Collected data:
* * *

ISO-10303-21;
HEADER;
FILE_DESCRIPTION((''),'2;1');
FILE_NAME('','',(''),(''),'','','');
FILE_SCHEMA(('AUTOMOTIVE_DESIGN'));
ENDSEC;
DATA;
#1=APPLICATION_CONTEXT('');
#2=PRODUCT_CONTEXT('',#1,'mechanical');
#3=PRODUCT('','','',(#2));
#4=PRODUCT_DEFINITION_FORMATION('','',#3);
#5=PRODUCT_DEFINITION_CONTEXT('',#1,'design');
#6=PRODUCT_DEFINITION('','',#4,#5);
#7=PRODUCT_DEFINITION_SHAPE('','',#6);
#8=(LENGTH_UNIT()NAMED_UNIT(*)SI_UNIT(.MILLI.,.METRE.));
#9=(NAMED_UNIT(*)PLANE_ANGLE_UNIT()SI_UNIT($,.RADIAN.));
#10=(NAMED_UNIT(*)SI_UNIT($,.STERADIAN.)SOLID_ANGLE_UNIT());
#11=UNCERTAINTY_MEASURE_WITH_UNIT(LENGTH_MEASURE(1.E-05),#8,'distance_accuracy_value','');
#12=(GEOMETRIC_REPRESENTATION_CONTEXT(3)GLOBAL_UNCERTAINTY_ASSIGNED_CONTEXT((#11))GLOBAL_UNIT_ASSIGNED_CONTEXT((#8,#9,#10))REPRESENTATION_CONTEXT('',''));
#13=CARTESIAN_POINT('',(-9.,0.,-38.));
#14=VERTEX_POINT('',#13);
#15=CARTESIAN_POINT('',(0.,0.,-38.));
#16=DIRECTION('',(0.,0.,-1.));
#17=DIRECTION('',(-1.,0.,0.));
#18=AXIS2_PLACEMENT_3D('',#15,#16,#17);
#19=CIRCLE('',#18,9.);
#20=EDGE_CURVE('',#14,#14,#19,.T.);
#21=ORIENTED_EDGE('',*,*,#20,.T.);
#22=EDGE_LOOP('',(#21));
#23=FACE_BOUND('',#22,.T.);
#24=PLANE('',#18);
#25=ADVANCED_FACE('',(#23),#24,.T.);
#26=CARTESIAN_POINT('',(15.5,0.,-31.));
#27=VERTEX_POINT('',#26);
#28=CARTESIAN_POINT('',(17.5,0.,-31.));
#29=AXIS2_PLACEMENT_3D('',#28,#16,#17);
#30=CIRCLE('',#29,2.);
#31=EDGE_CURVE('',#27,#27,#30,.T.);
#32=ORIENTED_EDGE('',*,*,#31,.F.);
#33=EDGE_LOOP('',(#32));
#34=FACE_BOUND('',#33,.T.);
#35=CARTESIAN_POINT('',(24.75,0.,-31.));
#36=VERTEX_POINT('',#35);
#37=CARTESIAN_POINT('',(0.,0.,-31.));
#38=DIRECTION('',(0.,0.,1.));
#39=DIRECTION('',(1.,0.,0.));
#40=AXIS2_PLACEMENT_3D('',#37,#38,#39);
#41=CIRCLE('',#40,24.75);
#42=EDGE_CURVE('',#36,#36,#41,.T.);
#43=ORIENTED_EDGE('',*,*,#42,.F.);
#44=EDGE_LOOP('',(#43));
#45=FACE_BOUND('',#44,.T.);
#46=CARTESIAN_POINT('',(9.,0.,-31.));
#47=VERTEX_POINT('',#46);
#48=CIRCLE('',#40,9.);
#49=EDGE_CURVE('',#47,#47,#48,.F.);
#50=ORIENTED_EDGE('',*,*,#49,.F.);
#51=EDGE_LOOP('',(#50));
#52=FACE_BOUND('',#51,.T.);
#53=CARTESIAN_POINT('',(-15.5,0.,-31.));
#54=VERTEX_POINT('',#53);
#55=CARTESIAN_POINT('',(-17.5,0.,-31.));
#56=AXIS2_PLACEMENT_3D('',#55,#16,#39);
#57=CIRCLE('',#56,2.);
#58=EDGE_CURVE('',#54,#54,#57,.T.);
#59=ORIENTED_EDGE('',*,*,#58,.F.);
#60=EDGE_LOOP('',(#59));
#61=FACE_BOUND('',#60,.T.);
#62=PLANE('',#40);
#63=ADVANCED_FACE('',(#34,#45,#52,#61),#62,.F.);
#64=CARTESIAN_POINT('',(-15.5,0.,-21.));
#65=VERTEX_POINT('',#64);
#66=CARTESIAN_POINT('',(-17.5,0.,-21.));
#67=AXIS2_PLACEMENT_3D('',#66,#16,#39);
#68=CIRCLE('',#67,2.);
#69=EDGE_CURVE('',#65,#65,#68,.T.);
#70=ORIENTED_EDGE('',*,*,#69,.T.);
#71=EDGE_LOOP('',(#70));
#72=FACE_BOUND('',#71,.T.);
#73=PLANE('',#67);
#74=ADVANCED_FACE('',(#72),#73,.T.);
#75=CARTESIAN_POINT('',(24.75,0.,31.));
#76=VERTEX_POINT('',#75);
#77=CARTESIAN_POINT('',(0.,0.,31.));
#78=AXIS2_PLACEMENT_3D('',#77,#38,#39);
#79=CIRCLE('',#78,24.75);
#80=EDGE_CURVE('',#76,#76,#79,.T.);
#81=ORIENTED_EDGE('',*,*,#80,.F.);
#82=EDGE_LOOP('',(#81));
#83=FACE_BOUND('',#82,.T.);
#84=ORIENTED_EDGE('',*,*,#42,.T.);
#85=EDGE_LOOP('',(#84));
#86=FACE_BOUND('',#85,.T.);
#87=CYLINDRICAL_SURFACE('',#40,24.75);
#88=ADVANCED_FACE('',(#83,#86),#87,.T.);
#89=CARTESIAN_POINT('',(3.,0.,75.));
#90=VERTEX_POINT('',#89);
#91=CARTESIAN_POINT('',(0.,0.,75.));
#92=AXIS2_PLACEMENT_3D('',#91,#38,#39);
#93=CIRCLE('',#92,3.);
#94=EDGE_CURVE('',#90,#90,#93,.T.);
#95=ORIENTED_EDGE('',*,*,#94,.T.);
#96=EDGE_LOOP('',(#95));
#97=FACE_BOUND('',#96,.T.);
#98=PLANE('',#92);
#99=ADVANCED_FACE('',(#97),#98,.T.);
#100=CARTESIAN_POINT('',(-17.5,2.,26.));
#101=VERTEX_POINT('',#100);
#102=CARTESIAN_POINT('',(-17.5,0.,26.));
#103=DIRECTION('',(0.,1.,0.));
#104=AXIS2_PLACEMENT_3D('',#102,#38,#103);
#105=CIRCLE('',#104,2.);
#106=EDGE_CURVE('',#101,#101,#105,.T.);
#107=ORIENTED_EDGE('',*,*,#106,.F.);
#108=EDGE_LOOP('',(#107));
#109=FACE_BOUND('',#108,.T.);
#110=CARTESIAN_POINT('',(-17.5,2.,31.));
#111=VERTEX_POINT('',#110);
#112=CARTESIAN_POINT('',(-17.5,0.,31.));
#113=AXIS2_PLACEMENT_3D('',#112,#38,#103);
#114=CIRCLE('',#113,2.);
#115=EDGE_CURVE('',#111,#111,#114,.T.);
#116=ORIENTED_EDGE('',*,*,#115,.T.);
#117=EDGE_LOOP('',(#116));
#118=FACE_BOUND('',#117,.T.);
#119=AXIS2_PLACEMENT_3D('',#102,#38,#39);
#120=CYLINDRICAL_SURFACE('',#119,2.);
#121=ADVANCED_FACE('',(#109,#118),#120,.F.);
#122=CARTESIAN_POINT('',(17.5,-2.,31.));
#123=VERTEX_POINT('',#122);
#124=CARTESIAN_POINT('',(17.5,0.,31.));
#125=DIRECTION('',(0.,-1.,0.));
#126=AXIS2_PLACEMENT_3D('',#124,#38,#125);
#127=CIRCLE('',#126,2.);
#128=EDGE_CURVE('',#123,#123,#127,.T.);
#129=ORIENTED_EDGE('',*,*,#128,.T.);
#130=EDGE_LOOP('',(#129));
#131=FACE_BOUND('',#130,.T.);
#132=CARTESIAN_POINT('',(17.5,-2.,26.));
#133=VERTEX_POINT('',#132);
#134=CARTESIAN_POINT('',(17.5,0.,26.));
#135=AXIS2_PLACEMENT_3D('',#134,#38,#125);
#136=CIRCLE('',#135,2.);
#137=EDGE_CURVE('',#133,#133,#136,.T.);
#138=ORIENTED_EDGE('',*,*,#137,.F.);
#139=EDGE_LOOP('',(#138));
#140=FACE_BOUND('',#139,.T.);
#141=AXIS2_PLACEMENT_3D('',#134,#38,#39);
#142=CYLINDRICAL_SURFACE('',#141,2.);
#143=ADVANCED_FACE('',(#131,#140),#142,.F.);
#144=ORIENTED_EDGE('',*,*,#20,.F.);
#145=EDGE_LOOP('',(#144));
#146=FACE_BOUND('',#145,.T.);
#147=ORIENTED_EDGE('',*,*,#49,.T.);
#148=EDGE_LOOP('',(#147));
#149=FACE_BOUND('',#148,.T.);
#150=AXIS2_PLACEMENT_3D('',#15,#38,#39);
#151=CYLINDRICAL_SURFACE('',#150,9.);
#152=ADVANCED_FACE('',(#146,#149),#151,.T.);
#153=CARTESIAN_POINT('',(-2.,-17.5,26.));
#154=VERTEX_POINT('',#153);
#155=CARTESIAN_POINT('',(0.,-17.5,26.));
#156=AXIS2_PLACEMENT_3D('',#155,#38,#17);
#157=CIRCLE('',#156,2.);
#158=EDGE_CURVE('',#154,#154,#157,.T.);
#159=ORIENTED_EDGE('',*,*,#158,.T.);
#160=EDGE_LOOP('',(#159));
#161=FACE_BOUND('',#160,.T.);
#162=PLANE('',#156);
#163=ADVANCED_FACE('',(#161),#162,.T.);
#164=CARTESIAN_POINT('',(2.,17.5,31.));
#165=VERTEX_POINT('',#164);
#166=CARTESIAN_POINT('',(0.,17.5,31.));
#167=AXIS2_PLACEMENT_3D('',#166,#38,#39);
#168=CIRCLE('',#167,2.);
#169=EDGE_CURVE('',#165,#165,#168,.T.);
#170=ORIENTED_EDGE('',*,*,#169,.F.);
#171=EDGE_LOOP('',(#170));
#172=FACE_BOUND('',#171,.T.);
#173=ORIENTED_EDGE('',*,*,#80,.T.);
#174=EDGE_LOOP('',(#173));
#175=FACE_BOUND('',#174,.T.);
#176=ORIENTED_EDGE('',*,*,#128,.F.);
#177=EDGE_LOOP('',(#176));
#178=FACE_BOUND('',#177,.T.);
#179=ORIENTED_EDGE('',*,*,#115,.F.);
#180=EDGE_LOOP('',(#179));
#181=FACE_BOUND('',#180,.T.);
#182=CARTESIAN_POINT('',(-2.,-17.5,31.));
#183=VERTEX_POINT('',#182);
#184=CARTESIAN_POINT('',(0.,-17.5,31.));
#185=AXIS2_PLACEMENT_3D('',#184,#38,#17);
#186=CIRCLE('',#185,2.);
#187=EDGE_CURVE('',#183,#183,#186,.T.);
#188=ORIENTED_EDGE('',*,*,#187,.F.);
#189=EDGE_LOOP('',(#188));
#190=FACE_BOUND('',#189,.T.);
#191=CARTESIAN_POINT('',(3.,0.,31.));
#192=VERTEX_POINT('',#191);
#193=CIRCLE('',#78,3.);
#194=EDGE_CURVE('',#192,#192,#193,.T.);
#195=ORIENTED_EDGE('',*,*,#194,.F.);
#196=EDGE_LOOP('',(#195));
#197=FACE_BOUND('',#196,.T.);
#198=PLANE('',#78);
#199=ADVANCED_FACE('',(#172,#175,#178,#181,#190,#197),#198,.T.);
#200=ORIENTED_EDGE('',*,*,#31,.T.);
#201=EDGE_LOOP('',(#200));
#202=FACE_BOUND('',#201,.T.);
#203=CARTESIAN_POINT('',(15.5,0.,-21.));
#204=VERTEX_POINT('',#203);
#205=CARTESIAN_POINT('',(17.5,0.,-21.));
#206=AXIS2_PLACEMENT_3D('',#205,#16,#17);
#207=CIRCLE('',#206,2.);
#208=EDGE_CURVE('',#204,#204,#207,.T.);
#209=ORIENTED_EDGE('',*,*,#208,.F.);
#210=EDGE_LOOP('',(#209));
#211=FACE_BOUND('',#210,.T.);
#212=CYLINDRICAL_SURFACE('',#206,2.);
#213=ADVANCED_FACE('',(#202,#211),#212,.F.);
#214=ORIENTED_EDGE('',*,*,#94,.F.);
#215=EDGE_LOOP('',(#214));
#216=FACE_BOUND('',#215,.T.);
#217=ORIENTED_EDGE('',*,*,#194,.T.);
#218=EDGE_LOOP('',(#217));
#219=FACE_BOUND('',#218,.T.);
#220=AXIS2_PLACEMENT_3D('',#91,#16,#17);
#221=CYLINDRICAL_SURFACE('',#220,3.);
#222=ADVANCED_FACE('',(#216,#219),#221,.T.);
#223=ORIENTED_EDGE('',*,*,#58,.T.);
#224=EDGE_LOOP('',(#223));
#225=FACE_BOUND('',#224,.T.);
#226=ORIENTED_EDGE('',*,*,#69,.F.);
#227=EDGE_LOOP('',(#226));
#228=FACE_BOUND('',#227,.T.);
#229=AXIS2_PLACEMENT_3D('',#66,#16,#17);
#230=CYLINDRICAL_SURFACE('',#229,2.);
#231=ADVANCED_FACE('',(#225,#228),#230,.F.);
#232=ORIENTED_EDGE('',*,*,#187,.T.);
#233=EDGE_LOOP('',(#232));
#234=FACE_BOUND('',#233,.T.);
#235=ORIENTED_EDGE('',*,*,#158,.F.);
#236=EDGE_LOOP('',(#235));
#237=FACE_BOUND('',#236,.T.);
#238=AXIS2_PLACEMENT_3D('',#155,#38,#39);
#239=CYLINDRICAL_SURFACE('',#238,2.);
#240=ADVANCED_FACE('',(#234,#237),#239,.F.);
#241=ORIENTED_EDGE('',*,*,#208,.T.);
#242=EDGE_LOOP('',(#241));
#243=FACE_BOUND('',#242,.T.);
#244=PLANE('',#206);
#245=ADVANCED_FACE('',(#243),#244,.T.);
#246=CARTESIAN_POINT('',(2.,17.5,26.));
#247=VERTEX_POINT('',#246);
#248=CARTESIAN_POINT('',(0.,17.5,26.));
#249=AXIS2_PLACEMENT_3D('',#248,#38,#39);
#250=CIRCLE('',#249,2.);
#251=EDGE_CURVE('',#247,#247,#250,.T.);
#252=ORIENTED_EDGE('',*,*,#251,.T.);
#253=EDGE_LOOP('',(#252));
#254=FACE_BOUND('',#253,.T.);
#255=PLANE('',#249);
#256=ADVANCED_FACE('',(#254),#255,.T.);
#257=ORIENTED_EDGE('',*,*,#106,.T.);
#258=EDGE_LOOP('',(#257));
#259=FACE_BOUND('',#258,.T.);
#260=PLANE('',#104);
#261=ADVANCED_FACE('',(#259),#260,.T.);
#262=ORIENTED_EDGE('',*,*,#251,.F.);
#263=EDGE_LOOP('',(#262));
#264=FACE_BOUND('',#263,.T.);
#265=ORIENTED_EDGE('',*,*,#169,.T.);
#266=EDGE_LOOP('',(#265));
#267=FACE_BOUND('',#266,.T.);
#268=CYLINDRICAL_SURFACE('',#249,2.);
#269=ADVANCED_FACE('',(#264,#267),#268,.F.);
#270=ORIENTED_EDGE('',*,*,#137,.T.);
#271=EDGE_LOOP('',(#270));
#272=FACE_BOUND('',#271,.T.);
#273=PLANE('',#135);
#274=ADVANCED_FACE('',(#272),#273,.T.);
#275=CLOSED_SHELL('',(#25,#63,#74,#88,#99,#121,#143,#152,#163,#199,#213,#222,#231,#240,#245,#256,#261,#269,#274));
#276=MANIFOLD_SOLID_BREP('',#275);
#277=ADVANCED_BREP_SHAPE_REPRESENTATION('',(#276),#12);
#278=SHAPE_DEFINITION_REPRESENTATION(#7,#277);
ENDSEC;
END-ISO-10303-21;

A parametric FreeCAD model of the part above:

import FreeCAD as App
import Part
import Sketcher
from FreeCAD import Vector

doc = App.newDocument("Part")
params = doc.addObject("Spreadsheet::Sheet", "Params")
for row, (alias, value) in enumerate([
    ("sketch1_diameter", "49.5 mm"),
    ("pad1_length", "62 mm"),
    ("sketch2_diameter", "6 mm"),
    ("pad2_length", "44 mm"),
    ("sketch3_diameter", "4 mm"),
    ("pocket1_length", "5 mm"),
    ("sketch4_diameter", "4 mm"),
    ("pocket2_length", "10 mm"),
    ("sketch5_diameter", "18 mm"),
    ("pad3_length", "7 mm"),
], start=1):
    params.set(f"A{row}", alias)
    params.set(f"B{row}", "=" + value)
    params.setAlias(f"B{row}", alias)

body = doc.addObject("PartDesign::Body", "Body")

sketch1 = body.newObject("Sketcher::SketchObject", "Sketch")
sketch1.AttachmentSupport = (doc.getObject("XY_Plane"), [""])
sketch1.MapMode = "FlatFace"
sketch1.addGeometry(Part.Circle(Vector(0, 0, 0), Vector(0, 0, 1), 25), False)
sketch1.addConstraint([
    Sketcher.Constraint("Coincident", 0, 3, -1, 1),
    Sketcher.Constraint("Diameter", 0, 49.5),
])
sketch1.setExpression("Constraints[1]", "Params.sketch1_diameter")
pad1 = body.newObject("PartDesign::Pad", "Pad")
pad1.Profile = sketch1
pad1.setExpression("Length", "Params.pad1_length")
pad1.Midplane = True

* * *

What to produce: Restate the records above verbatim up to and including the line containing "#17=DIRECTION('',(-1.,0.,0.));".

Expected answer:
ISO-10303-21;
HEADER;
FILE_DESCRIPTION((''),'2;1');
FILE_NAME('','',(''),(''),'','','');
FILE_SCHEMA(('AUTOMOTIVE_DESIGN'));
ENDSEC;
DATA;
#1=APPLICATION_CONTEXT('');
#2=PRODUCT_CONTEXT('',#1,'mechanical');
#3=PRODUCT('','','',(#2));
#4=PRODUCT_DEFINITION_FORMATION('','',#3);
#5=PRODUCT_DEFINITION_CONTEXT('',#1,'design');
#6=PRODUCT_DEFINITION('','',#4,#5);
#7=PRODUCT_DEFINITION_SHAPE('','',#6);
#8=(LENGTH_UNIT()NAMED_UNIT(*)SI_UNIT(.MILLI.,.METRE.));
#9=(NAMED_UNIT(*)PLANE_ANGLE_UNIT()SI_UNIT($,.RADIAN.));
#10=(NAMED_UNIT(*)SI_UNIT($,.STERADIAN.)SOLID_ANGLE_UNIT());
#11=UNCERTAINTY_MEASURE_WITH_UNIT(LENGTH_MEASURE(1.E-05),#8,'distance_accuracy_value','');
#12=(GEOMETRIC_REPRESENTATION_CONTEXT(3)GLOBAL_UNCERTAINTY_ASSIGNED_CONTEXT((#11))GLOBAL_UNIT_ASSIGNED_CONTEXT((#8,#9,#10))REPRESENTATION_CONTEXT('',''));
#13=CARTESIAN_POINT('',(-9.,0.,-38.));
#14=VERTEX_POINT('',#13);
#15=CARTESIAN_POINT('',(0.,0.,-38.));
#16=DIRECTION('',(0.,0.,-1.));
#17=DIRECTION('',(-1.,0.,0.));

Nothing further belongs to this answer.